- **Data shown**:
BEGIN

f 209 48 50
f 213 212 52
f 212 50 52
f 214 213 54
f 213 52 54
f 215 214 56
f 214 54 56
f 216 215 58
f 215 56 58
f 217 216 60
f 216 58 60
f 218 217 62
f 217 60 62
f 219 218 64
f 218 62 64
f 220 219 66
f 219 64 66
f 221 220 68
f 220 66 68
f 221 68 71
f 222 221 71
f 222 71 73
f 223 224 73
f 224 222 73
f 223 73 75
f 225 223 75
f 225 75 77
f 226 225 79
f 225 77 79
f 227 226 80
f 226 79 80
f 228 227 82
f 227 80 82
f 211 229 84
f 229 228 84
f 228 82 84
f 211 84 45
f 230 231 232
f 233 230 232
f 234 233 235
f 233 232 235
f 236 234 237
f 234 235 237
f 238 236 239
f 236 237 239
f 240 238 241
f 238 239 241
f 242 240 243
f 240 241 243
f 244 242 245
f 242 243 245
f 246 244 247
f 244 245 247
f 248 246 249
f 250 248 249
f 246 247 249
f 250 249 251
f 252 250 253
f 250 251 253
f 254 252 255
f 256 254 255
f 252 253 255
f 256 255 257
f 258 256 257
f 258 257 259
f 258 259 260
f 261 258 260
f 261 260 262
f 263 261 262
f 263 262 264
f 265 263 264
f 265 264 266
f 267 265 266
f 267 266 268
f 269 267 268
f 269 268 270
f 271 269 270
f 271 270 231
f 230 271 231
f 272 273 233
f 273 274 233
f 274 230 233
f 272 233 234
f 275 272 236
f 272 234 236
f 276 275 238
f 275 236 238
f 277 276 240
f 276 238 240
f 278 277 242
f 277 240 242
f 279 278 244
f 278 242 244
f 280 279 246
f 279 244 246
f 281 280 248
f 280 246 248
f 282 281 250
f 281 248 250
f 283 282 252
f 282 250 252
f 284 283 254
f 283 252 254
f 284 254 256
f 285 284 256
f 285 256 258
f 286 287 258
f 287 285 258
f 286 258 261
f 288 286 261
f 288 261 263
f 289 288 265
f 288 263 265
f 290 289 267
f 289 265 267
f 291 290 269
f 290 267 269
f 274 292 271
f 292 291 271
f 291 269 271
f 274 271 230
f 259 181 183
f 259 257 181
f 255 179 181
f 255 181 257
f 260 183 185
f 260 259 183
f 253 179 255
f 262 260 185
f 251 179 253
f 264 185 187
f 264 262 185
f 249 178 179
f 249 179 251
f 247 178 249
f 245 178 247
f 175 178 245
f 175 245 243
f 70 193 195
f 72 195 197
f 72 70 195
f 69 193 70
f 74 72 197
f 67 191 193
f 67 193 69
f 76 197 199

END
BEGIN

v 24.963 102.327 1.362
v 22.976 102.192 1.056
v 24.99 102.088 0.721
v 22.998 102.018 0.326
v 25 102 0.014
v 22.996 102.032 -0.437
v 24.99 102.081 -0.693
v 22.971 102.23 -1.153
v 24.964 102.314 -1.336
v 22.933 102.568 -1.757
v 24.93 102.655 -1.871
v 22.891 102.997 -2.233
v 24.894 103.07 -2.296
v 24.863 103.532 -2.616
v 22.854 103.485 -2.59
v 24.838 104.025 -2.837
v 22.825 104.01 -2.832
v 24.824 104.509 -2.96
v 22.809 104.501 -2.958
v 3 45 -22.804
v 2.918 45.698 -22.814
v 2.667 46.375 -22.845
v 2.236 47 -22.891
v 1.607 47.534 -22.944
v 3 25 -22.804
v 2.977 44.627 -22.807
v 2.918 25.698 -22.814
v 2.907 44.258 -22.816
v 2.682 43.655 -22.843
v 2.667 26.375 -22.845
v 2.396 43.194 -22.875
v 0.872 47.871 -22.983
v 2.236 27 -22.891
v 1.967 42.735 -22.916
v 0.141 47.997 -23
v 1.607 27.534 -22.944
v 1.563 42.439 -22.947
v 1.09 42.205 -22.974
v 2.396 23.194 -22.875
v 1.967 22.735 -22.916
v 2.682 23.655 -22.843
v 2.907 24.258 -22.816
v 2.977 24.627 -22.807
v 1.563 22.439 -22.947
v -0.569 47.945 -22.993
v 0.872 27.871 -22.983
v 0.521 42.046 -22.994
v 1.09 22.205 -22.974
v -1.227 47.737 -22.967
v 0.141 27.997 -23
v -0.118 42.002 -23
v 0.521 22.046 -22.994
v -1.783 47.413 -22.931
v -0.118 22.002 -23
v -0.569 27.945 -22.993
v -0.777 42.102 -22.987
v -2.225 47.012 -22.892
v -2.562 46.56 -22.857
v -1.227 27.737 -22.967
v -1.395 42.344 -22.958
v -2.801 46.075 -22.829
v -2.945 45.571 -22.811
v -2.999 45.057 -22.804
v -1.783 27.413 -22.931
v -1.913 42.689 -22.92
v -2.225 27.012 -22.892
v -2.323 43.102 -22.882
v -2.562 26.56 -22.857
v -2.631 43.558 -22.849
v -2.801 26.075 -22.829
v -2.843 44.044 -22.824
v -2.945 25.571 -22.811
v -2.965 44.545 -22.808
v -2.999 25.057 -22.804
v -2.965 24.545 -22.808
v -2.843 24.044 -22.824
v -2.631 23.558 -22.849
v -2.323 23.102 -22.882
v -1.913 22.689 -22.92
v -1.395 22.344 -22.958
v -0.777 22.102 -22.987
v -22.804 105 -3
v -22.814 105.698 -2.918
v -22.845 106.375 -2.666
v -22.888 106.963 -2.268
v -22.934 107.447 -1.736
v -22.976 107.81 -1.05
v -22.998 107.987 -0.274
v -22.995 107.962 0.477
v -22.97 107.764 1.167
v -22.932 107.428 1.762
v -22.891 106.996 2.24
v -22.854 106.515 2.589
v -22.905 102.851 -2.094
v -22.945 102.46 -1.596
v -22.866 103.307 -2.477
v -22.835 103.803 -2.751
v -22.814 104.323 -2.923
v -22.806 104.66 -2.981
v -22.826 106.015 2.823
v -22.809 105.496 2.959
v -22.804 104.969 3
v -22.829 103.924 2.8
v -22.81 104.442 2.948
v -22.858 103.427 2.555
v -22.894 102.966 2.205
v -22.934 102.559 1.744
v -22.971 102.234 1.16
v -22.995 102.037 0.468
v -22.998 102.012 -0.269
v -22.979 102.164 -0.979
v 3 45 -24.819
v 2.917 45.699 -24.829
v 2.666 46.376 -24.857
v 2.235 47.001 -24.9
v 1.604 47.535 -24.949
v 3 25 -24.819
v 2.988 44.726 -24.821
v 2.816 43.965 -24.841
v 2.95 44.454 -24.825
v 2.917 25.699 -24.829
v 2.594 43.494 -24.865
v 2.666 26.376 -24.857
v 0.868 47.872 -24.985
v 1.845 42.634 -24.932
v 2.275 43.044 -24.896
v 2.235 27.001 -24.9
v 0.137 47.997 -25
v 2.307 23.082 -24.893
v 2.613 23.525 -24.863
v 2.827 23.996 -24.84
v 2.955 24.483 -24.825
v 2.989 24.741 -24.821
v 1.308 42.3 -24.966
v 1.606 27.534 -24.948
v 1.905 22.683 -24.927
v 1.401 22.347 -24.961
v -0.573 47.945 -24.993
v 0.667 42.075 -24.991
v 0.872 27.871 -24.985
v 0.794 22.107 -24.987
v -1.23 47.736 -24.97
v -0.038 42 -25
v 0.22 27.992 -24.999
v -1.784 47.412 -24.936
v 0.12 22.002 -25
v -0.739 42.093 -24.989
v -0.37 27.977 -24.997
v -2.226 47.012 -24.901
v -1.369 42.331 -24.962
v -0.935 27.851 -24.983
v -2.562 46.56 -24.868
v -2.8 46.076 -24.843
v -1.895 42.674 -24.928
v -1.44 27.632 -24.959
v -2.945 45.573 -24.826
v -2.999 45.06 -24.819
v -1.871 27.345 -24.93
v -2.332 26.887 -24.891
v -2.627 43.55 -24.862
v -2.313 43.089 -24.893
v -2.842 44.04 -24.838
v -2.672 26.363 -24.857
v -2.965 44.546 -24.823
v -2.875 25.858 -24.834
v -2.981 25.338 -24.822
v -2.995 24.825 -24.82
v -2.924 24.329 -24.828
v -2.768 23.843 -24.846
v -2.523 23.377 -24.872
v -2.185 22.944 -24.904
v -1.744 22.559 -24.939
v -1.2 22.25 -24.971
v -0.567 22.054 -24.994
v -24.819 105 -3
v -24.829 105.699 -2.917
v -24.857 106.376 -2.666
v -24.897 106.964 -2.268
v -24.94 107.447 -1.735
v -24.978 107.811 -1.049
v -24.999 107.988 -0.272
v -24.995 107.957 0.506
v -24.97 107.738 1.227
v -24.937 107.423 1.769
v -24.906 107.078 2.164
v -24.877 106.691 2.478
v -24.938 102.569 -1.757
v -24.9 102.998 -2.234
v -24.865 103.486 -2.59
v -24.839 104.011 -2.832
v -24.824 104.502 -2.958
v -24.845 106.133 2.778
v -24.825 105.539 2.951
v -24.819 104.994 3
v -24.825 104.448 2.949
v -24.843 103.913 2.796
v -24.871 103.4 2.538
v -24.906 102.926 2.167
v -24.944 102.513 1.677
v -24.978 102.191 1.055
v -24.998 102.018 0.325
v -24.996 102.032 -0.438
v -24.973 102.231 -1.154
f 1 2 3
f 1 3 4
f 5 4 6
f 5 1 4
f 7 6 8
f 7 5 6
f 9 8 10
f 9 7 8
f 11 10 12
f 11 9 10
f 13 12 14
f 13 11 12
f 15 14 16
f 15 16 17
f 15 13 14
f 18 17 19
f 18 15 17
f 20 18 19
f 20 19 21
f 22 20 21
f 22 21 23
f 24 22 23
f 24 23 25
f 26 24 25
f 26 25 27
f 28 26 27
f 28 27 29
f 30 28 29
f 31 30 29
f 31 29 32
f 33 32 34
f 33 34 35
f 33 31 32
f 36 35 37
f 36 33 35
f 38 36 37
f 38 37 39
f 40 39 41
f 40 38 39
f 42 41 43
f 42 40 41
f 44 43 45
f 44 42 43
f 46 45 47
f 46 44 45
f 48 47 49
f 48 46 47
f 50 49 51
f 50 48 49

END

- **What to produce**: From the listing above, return the lines starting at the one with "f 209 48 50" and ending at the one with "f 222 71 73", both kept, exactly as they appear and nothing more.

- **Exercise answer**:
f 209 48 50
f 213 212 52
f 212 50 52
f 214 213 54
f 213 52 54
f 215 214 56
f 214 54 56
f 216 215 58
f 215 56 58
f 217 216 60
f 216 58 60
f 218 217 62
f 217 60 62
f 219 218 64
f 218 62 64
f 220 219 66
f 219 64 66
f 221 220 68
f 220 66 68
f 221 68 71
f 222 221 71
f 222 71 73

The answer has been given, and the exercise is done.